Comparative information on the change of remuneration
The below data
| (in thousands of \$) | 2022 vs 2021 |
2021 vs 2020 |
2020 vs 2019 |
2019 vs 2018 |
2018 vs 2017 |
|---|---|---|---|---|---|
| Change in remuneration | |||||
| Non-executives | |||||
| Ola Lorentzon | 36 | 54 | — | — | — |
| John Fredriksen | (36) | (54) | — | — | — |
| James O'Shaughnessy | (34) | 49 | — | 51 | 19 |
| Ole B. Hjertaker | 40 | — | — | — | — |
| Steen Jakobsen | 40 | — | — | — | — |
| Marios Demetriades | 15 | — | — | — | — |
| Tor Svelland | (19) | 40 | 20 | — | — |
| Jens Martin Jensen | 34 | — | — | — | — |
| Other non-executives | — | (47) | (23) | — | — |
| Executives | |||||
| Lars H. Barstad | 264 | 295 | 64 | — | — |
| Other executives | — | (963) | (49) | 22 | 14 |
| Total | 340 | (626) | 12 | 73 | 33 |
| Change in Company performance | |||||
| Change in profit or loss for the period | 490,498 | (427,836) | 272,903 | 148,852 | 255,981 |
The calculation includes fees, salary, bonus, pension and other benefits payable to directors and the CEO by the Company and its subsidiaries. The calculation excludes share-based variable remuneration for directors and the CEO of the Company. "Other nonexecutives" is comprised of remuneration paid to those directors not remunerated in the reported financial year. "Other executives" is comprised of remuneration paid to other executive officers not remunerated in the reported financial year.

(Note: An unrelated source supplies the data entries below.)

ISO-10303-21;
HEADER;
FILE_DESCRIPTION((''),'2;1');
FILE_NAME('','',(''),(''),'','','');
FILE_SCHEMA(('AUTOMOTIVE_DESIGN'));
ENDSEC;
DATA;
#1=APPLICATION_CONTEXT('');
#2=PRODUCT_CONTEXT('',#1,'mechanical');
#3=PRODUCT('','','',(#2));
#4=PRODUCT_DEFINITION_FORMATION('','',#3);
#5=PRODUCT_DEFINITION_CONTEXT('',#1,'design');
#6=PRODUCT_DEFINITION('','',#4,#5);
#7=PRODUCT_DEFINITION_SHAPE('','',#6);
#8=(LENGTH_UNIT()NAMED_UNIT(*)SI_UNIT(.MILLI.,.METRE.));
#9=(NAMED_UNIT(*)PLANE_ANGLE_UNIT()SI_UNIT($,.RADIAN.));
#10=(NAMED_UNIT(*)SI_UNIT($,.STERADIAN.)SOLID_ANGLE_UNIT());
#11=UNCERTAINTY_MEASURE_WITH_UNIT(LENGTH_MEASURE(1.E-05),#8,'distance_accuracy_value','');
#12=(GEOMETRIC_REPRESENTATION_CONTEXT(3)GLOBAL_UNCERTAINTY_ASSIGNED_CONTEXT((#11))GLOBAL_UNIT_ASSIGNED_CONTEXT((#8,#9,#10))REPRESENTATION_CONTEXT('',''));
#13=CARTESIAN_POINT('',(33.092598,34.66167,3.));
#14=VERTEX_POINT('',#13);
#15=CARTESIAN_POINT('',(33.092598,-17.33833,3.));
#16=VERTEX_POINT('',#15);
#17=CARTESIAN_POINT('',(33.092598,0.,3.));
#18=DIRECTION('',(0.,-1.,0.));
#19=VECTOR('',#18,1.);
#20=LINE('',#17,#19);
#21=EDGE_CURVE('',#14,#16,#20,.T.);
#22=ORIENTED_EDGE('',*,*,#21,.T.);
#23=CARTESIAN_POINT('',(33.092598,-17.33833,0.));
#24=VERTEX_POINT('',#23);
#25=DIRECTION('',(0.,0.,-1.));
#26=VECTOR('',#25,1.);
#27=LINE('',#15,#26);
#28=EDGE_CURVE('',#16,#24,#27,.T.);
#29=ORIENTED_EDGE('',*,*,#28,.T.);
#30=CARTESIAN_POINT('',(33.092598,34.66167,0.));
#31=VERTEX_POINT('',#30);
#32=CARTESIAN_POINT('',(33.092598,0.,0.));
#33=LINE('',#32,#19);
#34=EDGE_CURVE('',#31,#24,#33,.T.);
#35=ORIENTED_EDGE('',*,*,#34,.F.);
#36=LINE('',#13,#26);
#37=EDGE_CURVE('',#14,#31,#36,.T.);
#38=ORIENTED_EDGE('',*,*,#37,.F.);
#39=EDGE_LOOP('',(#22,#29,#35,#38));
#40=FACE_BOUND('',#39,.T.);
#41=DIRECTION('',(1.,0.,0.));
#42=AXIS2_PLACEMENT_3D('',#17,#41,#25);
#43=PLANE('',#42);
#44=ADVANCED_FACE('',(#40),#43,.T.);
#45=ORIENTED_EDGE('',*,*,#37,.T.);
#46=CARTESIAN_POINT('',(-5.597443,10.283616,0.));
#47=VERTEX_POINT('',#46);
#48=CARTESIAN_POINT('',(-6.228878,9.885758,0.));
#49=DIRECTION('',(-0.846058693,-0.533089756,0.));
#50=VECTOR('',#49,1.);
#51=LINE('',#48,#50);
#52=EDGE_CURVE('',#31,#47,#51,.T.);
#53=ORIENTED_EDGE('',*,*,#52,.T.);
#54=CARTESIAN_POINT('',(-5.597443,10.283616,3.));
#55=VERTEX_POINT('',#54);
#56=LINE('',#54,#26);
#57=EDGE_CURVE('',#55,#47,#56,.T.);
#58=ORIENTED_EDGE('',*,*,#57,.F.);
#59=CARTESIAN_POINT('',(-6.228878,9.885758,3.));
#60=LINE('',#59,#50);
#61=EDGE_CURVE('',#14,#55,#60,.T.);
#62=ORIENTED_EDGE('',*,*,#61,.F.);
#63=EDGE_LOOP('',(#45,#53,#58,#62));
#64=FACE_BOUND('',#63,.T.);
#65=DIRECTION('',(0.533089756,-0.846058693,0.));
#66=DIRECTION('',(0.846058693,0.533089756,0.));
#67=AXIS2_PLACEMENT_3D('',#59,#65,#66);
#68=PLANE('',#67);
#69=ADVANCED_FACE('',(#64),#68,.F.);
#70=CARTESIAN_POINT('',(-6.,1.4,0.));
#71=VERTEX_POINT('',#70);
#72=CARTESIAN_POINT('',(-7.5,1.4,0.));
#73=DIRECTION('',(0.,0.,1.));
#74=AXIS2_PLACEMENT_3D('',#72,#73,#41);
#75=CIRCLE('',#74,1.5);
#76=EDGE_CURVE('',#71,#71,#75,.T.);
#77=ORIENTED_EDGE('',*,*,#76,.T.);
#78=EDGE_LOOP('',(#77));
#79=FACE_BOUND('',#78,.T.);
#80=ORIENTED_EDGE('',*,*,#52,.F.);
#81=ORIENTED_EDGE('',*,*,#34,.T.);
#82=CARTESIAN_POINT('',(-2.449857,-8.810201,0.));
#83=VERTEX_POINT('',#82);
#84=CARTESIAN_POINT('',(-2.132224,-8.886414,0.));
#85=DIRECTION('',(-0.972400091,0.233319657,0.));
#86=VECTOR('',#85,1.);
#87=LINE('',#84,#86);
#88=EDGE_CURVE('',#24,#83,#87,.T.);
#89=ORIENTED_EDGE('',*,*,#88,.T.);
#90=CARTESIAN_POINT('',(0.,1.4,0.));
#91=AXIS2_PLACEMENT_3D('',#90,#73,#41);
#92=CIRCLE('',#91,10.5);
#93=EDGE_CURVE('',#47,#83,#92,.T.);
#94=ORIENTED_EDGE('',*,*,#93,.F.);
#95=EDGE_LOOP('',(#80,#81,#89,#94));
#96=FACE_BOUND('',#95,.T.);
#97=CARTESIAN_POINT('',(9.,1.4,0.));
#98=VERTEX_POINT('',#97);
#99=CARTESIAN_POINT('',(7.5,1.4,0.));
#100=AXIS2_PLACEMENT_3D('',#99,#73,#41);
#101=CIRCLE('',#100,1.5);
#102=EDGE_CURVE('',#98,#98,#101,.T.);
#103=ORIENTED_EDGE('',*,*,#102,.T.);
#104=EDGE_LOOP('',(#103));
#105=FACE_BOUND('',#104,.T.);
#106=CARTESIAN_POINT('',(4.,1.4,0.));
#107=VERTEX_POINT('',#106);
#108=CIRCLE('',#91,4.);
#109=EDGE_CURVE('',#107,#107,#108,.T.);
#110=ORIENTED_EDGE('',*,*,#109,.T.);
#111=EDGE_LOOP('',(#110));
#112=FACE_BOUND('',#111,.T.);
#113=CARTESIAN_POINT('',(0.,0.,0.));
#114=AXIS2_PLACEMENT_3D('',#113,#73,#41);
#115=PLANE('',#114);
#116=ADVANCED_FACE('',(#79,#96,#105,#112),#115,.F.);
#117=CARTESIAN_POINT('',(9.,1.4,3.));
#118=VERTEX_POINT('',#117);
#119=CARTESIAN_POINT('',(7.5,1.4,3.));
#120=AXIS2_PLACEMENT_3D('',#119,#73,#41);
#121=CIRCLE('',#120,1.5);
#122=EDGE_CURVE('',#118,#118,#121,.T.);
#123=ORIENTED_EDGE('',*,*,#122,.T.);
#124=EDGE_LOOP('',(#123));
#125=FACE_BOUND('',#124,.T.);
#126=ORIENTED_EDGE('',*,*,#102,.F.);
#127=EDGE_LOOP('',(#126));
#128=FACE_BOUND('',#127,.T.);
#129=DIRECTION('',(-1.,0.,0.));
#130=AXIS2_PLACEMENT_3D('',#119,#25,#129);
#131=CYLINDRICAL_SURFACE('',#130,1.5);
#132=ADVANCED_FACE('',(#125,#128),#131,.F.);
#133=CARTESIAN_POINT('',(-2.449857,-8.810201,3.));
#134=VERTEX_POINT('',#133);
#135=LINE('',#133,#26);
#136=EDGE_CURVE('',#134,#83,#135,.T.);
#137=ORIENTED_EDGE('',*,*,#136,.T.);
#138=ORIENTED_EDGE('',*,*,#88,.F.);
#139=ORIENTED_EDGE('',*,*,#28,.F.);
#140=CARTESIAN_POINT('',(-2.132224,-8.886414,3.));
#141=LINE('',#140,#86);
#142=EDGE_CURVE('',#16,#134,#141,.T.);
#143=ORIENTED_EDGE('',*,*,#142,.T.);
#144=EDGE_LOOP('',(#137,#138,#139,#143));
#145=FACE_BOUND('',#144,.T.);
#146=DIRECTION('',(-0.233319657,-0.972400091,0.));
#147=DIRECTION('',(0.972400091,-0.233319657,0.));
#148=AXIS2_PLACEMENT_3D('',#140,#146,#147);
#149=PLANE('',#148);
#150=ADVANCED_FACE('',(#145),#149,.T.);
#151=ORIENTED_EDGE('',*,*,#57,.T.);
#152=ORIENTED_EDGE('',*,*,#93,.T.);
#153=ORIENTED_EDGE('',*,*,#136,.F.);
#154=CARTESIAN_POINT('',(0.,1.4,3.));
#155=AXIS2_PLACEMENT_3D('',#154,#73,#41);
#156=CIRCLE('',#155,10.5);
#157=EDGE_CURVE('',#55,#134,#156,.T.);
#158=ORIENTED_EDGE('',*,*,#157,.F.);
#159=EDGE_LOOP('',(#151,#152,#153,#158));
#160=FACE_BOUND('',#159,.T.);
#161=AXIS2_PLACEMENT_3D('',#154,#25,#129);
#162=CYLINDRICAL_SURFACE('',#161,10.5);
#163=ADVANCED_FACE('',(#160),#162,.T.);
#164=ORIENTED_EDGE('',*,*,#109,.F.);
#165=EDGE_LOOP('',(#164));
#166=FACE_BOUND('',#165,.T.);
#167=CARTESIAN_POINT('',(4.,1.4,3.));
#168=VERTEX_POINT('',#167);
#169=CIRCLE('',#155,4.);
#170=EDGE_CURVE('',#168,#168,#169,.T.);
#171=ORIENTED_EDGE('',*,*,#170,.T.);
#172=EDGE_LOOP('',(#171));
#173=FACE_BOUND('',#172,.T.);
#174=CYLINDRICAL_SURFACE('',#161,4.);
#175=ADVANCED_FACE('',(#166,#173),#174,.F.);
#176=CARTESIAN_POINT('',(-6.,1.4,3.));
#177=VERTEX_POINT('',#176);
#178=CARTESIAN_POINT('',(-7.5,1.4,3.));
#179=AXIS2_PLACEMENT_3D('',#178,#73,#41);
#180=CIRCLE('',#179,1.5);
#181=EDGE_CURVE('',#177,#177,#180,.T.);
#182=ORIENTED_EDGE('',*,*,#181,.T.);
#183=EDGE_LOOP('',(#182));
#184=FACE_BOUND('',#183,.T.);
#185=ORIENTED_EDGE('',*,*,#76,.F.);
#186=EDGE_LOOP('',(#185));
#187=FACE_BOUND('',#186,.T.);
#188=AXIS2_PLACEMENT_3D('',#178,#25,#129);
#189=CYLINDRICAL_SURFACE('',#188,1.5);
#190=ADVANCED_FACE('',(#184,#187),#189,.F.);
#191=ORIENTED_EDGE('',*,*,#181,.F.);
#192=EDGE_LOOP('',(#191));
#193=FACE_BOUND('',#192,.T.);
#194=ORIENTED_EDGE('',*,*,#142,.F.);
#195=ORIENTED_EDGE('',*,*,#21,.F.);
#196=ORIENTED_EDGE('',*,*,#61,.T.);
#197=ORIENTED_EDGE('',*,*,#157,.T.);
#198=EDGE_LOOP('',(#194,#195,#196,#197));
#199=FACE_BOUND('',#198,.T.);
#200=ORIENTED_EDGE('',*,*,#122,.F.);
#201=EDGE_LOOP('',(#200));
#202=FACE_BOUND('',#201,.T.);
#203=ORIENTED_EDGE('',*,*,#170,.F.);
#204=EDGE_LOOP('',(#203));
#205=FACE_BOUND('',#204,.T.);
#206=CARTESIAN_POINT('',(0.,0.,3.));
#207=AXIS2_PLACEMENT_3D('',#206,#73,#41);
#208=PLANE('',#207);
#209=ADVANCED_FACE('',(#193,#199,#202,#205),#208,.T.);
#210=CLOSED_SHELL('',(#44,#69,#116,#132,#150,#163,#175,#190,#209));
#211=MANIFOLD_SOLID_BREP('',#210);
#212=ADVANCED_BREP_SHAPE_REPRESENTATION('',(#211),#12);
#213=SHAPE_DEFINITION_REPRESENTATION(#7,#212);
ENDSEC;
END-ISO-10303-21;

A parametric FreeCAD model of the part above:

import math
import FreeCAD as App
import Part
import Sketcher

V = App.Vector
Q = App.Units.Quantity

doc = App.newDocument("Part")
params = doc.addObject("Spreadsheet::Sheet", "Params")
for row, (alias, value) in enumerate([
    ("sketch1_diameter", "3 mm"),
    ("sketch1_diameter2", "8.000001 mm"),
    ("sketch1_radius", "10.5 mm"),
    ("sketch1_height", "52 mm"),
    ("pad1_length", "3 mm"),
], start=1):
    params.set(f"A{row}", alias)
    params.set(f"B{row}", "=" + value)
    params.setAlias(f"B{row}", alias)

body = doc.addObject("PartDesign::Body", "Body")

# Sketch on XY plane
sketch1 = body.newObject("Sketcher::SketchObject", "Sketch")
sketch1.AttachmentSupport = (doc.getObject("XY_Plane"), [""])
sketch1.MapMode = "FlatFace"
sketch1.addGeometry([
    Part.LineSegment(V(33.1, -17.3, 0), V(33.1, 34.7, 0)),  # 0
    Part.LineSegment(V(33.1, 34.7, 0), V(-5.6, 10.3, 0)),  # 1
    Part.ArcOfCircle(Part.Circle(V(0, 1.4, 0), V(0, 0, 1), 10.5), math.radians(122), math.radians(257)),  # 2
    Part.LineSegment(V(-2.4, -8.8, 0), V(33.1, -17.3, 0)),  # 3
    Part.Circle(V(7.5, 1.4, 0), V(0, 0, 1), 1.5),  # 4
    Part.Circle(V(0, 1.4, 0), V(0, 0, 1), 4),  # 5
    Part.Circle(V(-7.5, 1.4, 0), V(0, 0, 1), 1.5),  # 6
], False)
sketch1.addConstraint([
    Sketcher.Constraint("Coincident", 0, 2, 1, 1),
    Sketcher.Constraint("Tangent", 1, 2, 2, 1),
    Sketcher.Constraint("Tangent", 2, 2, 3, 1),
    Sketcher.Constraint("Coincident", 3, 2, 0, 1),
    Sketcher.Constraint("Vertical", 0),
    Sketcher.Constraint("Coincident", 5, 3, 2, 3),
    Sketcher.Constraint("Equal", 4, 6),
    Sketcher.Constraint("Symmetric", 4, 3, 6, 3, -2),
    Sketcher.Constraint("PointOnObject", 2, 3, -2),
    Sketcher.Constraint("Horizontal", 2, 3, 4, 3),
    Sketcher.Constraint("Diameter", 4, Q("3 mm")),
    Sketcher.Constraint("Diameter", 5, Q("8.000001 mm")),
    Sketcher.Constraint("Radius", 2, Q("10.5 mm")),
    Sketcher.Constraint("DistanceY", 0, 1, 0, 2, Q("52 mm")),
    Sketcher.Constraint("DistanceX", 6, 3, 4, 3, Q("15 mm")),
    Sketcher.Constraint("DistanceY", -1, 1, 2, 3, Q("1.4 mm")),
    Sketcher.Constraint("DistanceX", -1, 1, 0, 2, Q("33.092598 mm")),
    Sketcher.Constraint("DistanceY", 2, 2, -1, 1, Q("8.810201 mm")),
])
sketch1.setExpression("Constraints[10]", "Params.sketch1_diameter")
sketch1.setExpression("Constraints[11]", "Params.sketch1_diameter2")
sketch1.setExpression("Constraints[12]", "Params.sketch1_radius")
sketch1.setExpression("Constraints[13]", "Params.sketch1_height")
pad1 = body.newObject("PartDesign::Pad", "Pad")
pad1.Profile = sketch1
pad1.setExpression("Length", "Params.pad1_length")

doc.recompute()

Profit is derived from our consolidated financial statements prepared in accordance with International Financial Reporting Standards for the years ended December 31, 2022 and 2021. Profit for the years ended December 31, 2020, 2019, 2018 and 2017 is derived from our consolidated financial statements prepared in accordance with accounting principles generally accepted in the United States of America.